Plus d’un an après la reprise officielle des relations diplomatiques entre le Maroc et Israël, la contestation populaire ne faiblit pas. Bien au contraire, elle s’intensifie, portée par une vague militante de plus en plus organisée qui fait entendre sa voix jusque dans les infrastructures névralgiques du pays : les ports stratégiques.
La décision du royaume de normaliser ses relations avec l’État hébreu, officialisée en décembre 2020 dans le cadre des accords d’Abraham, continue de susciter de vives critiques dans une grande partie de la population. Ce rapprochement diplomatique, qui s’accompagne d’une coopération sécuritaire, économique et technologique, est perçu par de nombreux Marocains comme une trahison de la cause palestinienne.
Depuis plus d’un an, des manifestations régulières secouent les grandes villes du pays, souvent à l’initiative de collectifs citoyens, de syndicats ou de groupes islamistes modérés. Les pancartes brandies sont explicites : « Non à la complicité avec l’oppresseur », « Solidarité avec Gaza », ou encore « Le peuple marocain est contre la normalisation ».
Mais la contestation a récemment pris une tournure plus concrète et ciblée : des groupes de militants appellent désormais à bloquer l’accès aux ports marocains aux navires soupçonnés de transporter du matériel militaire destiné à Israël. Une attention particulière est portée à la compagnie danoise Maersk, dont les cargos sont accusés de contribuer indirectement à l’effort militaire israélien.
Cette entreprise logistique, l’une des plus importantes au monde, transporte notamment des composants électroniques et mécaniques utilisés dans la fabrication du F-35 de Lockheed Martin, dans le cadre d’un programme de coopération en matière de sécurité mené par le département américain de la Défense. Ce programme facilite les ventes d’armes à des pays alliés, dont Israël fait partie.
Les militants s’appuient sur l’exemple de l’Espagne, où des dockers avaient refusé, en 2024, de charger ou de décharger certains navires impliqués dans le transport d’équipements militaires vers Israël. Ils espèrent que les syndicats marocains suivront cette voie, bien que les pressions gouvernementales soient plus fortes dans le royaume.
Pour le gouvernement marocain, cette mobilisation représente un dilemme stratégique. D’un côté, Rabat cherche à consolider ses alliances diplomatiques, notamment avec Washington et Tel-Aviv, dans une logique de sécurisation de ses intérêts au Sahara occidental. De l’autre, l’hostilité croissante de la rue pourrait fragiliser la stabilité intérieure.
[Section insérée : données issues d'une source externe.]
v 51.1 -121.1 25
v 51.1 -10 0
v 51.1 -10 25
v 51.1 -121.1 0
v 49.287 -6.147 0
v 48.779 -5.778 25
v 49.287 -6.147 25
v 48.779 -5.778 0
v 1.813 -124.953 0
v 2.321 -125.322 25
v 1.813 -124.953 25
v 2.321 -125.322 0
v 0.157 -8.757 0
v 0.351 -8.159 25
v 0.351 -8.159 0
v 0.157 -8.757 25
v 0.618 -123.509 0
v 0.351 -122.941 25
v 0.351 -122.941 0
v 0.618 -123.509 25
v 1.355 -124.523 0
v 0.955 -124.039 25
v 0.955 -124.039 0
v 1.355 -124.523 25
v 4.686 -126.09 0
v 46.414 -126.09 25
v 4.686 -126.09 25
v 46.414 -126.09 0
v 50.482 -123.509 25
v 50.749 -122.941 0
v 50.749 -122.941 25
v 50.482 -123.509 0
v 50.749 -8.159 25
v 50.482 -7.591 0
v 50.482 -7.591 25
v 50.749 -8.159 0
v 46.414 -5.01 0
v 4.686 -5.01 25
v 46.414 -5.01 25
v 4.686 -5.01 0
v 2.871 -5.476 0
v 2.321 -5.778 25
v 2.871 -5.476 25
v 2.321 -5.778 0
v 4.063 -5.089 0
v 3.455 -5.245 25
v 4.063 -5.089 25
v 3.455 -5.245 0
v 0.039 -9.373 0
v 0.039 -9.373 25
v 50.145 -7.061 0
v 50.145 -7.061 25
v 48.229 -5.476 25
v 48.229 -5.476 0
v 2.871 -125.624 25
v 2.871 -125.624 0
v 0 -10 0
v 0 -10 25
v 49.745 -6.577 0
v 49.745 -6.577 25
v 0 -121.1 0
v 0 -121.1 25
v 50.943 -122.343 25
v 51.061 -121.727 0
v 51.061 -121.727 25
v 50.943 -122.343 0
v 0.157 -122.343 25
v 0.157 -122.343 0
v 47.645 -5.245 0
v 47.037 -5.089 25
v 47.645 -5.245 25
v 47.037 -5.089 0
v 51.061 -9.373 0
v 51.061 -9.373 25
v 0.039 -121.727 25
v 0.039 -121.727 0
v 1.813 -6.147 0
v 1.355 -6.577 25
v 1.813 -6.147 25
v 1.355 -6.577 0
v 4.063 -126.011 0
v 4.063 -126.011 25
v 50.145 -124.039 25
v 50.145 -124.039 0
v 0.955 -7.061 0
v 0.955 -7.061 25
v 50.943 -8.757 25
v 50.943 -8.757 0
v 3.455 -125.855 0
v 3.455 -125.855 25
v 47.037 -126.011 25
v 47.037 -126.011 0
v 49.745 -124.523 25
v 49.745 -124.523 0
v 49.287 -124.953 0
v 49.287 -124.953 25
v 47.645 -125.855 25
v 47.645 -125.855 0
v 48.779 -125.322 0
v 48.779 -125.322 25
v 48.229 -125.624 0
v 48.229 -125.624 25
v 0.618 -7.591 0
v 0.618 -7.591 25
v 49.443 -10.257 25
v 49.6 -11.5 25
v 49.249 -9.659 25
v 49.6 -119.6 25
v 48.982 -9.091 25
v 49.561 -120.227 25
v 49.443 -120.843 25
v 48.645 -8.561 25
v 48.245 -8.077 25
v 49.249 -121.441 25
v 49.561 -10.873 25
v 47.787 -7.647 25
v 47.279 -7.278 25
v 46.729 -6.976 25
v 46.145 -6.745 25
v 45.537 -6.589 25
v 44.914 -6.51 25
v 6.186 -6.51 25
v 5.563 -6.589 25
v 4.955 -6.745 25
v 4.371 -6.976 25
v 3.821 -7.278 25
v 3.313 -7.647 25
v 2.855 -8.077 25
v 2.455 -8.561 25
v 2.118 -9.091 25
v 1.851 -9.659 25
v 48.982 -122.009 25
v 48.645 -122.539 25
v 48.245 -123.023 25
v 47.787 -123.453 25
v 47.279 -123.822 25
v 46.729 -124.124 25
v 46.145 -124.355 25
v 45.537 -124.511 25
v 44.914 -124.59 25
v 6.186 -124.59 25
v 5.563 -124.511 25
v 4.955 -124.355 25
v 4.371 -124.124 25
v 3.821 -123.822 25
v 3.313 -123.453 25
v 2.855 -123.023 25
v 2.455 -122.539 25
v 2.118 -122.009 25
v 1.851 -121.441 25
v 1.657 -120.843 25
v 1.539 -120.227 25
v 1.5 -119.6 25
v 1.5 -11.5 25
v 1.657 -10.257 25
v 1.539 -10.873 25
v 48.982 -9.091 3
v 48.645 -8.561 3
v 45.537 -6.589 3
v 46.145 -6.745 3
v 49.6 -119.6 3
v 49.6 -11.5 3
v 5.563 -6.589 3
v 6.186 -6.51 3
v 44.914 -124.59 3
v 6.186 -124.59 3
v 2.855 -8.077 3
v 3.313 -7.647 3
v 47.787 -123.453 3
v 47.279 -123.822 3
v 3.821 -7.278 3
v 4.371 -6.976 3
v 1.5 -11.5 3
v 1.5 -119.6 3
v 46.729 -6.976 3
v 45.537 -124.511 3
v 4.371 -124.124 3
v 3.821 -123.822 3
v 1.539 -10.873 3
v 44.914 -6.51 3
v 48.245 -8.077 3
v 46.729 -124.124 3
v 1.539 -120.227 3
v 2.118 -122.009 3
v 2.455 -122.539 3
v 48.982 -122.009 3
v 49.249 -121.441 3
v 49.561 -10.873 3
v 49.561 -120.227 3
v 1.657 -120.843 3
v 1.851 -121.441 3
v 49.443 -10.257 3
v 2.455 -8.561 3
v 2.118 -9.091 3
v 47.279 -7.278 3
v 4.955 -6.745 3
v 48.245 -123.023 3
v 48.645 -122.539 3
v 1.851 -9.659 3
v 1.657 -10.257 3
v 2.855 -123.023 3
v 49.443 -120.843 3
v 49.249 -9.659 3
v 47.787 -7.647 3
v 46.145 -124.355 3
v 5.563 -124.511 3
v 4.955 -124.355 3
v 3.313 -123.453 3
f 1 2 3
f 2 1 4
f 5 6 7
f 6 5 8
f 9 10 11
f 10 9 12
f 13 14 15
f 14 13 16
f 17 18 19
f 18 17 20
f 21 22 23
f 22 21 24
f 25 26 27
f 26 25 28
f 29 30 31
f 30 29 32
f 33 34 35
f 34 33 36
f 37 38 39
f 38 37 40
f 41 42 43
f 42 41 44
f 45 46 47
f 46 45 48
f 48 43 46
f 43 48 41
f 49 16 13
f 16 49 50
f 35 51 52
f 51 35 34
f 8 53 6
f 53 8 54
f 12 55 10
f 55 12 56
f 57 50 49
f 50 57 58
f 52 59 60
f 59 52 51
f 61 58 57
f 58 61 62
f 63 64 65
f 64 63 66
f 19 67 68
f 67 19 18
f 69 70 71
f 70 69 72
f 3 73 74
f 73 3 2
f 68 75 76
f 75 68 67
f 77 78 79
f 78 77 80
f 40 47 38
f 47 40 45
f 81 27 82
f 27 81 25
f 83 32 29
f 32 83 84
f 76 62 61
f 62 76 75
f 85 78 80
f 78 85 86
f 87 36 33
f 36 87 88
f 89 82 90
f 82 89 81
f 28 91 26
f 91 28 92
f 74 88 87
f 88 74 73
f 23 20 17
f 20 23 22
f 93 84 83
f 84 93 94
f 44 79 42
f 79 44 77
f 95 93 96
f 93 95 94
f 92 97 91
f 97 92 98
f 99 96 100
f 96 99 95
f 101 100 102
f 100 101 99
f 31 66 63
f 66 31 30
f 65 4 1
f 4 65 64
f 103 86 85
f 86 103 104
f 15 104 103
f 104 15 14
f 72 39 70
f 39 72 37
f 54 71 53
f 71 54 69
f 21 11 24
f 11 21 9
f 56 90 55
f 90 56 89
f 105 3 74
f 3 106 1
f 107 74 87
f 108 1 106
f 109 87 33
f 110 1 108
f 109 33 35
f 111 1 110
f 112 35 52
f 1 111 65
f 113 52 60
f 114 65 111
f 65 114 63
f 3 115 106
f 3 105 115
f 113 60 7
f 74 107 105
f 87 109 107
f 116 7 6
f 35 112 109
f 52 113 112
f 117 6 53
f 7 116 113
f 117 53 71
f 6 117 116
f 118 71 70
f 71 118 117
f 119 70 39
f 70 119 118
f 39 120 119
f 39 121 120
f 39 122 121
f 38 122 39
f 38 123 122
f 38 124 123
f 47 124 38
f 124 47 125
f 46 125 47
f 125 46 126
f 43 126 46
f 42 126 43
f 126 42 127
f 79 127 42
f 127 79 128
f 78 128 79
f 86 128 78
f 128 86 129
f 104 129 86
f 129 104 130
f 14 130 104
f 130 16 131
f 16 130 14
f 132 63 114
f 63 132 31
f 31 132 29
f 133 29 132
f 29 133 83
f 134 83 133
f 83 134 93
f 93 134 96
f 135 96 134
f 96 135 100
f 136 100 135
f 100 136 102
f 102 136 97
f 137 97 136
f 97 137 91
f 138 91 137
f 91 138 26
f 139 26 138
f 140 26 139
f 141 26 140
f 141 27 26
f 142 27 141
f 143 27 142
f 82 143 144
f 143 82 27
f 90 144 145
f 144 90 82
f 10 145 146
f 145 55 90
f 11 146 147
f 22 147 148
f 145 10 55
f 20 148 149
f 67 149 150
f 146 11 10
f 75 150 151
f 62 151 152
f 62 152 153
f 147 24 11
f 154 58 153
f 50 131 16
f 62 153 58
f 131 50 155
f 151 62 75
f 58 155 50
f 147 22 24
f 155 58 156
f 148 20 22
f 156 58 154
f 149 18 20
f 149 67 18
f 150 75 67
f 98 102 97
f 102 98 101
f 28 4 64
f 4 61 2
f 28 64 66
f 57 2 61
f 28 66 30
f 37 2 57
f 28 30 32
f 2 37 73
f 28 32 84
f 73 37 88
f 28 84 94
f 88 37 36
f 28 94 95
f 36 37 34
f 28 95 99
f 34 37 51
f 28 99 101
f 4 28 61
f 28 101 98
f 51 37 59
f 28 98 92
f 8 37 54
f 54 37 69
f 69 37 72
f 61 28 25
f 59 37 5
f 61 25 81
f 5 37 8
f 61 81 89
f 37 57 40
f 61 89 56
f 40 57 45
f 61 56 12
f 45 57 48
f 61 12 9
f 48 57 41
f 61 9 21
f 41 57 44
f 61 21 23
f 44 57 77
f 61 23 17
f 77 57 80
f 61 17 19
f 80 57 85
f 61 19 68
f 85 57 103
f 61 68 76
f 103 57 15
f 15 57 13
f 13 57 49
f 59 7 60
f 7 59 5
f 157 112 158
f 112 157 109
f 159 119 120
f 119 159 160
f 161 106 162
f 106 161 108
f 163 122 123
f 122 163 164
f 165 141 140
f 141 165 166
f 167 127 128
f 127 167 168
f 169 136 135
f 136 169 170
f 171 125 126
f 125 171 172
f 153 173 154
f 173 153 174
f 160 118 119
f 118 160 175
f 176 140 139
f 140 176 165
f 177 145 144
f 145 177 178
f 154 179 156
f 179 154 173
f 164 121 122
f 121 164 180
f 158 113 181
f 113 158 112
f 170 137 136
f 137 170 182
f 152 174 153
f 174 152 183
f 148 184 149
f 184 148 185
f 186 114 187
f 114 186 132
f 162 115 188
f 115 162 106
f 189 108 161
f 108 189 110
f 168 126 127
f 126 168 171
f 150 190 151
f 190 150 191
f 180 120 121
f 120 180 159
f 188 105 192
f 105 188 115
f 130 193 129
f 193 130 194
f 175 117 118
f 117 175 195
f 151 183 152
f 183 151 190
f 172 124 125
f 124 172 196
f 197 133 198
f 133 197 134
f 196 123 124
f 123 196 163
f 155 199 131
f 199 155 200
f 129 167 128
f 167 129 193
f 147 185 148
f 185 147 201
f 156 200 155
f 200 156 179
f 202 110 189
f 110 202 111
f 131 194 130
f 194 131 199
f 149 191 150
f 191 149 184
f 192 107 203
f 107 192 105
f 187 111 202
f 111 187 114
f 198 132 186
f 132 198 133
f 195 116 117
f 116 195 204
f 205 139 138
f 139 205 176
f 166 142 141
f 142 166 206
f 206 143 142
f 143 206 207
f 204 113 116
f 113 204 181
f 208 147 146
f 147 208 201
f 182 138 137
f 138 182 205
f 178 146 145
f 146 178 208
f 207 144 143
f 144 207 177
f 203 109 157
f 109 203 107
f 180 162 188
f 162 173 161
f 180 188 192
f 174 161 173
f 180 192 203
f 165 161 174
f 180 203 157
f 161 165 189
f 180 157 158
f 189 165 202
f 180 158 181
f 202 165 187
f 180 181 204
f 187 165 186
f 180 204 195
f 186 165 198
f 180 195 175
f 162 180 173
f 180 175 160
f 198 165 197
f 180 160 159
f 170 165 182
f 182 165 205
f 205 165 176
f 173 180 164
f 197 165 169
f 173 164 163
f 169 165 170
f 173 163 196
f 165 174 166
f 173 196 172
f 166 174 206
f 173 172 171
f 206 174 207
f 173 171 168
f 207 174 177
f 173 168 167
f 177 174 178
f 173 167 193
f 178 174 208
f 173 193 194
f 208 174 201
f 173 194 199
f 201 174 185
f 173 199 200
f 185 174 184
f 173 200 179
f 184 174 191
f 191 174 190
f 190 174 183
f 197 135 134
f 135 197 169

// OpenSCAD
/* [Configurations] */
Object_Height = 90;
Object_Width = 45;
Object_Depth = 115;
Wall_Thickness = 3;// 5mm is good enough
Cover_Height = 25;

/* [hidden] */
$fn = 50;
Tolerance = 0.1;
Cover_Spacing = 0.5;
Rounded_Corner = 5;


translate([0 ,-5 ,Cover_Height]) rotate([180,0,0])  tampa(0);

module caixa(){
    difference(){
    roundedcube(Object_Width + Tolerance + (Wall_Thickness * 2), Object_Depth + Tolerance + (Wall_Thickness * 2), Object_Height + Tolerance + Wall_Thickness, Rounded_Corner,Rounded_Corner,Rounded_Corner,Rounded_Corner);
    translate([Wall_Thickness, Wall_Thickness, Wall_Thickness]) cube([Object_Width + Tolerance, Object_Depth + Tolerance, Object_Height + Tolerance + 1]);
    // Recorte da tampa
    translate([0,-0,(Object_Height + 1) - Cover_Height + (Wall_Thickness * 2)]) tampa(Cover_Spacing);    
    }
    
}

module simbolo(rotation){
    union()
	{
		rotate([90,0,rotation]) resize([larguraLogo,alturaLogo,profundidadeLogo]) import("logo.stl");
	}
}

module tampa(folga){
    difference(){
    translate([-folga/2,-folga/2,0]) roundedcube(Object_Width + Tolerance + (Wall_Thickness * 2) + folga, Object_Depth + Tolerance + (Wall_Thickness * 2) + folga, Cover_Height, Rounded_Corner,Rounded_Corner,Rounded_Corner,Rounded_Corner);
    translate([(Wall_Thickness + folga)/2, (Wall_Thickness + folga) /2, -Wall_Thickness]) roundedcube(Object_Width + Tolerance + Wall_Thickness - folga, Object_Depth + Tolerance +Wall_Thickness - folga, Cover_Height , Rounded_Corner, Rounded_Corner, Rounded_Corner, Rounded_Corner);
    }
}

module cartas(){
#cube([Object_Width, Object_Depth, Object_Height]);
}

module roundedcube(xdim ,ydim ,zdim,rdim1, rdim2, rdim3, rdim4){
    hull(){
        translate([rdim1,rdim1,0]) cylinder(r=rdim1, h=zdim);
        translate([xdim-rdim2,rdim2,0]) cylinder(r=rdim2, h=zdim);

        translate([rdim3,ydim-rdim3,0]) cylinder(r=rdim3, h=zdim);
        translate([xdim-rdim4,ydim-rdim4,0]) cylinder(r=rdim4, h=zdim);
    }
}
Les autorités gardent pour l’instant le silence sur les accusations visant les ports, tout en maintenant un discours favorable à la paix, plaidant pour une solution à deux États au conflit israélo-palestinien. Mais la colère ne cesse de monter, surtout après les dernières opérations militaires israéliennes à Gaza, qui ont ravivé l’indignation dans le monde arabe.
Certains analystes craignent que cette contestation portuaire n’évolue vers une désobéissance civile logistique plus large, impliquant les travailleurs portuaires, les syndicats des transports, et même certaines autorités locales. Si de tels blocages venaient à se concrétiser, ils pourraient affecter non seulement les flux militaires, mais aussi les échanges commerciaux généraux du royaume.
Pour l’heure, les autorités tentent de contenir les manifestations tout en évitant une escalade. Mais une chose est claire : la fracture entre les orientations géopolitiques du gouvernement et les sentiments d’une partie importante de la population s’élargit, et les ports marocains sont désormais devenus le théâtre d’un bras de fer symbolique entre diplomatie et souveraineté populaire.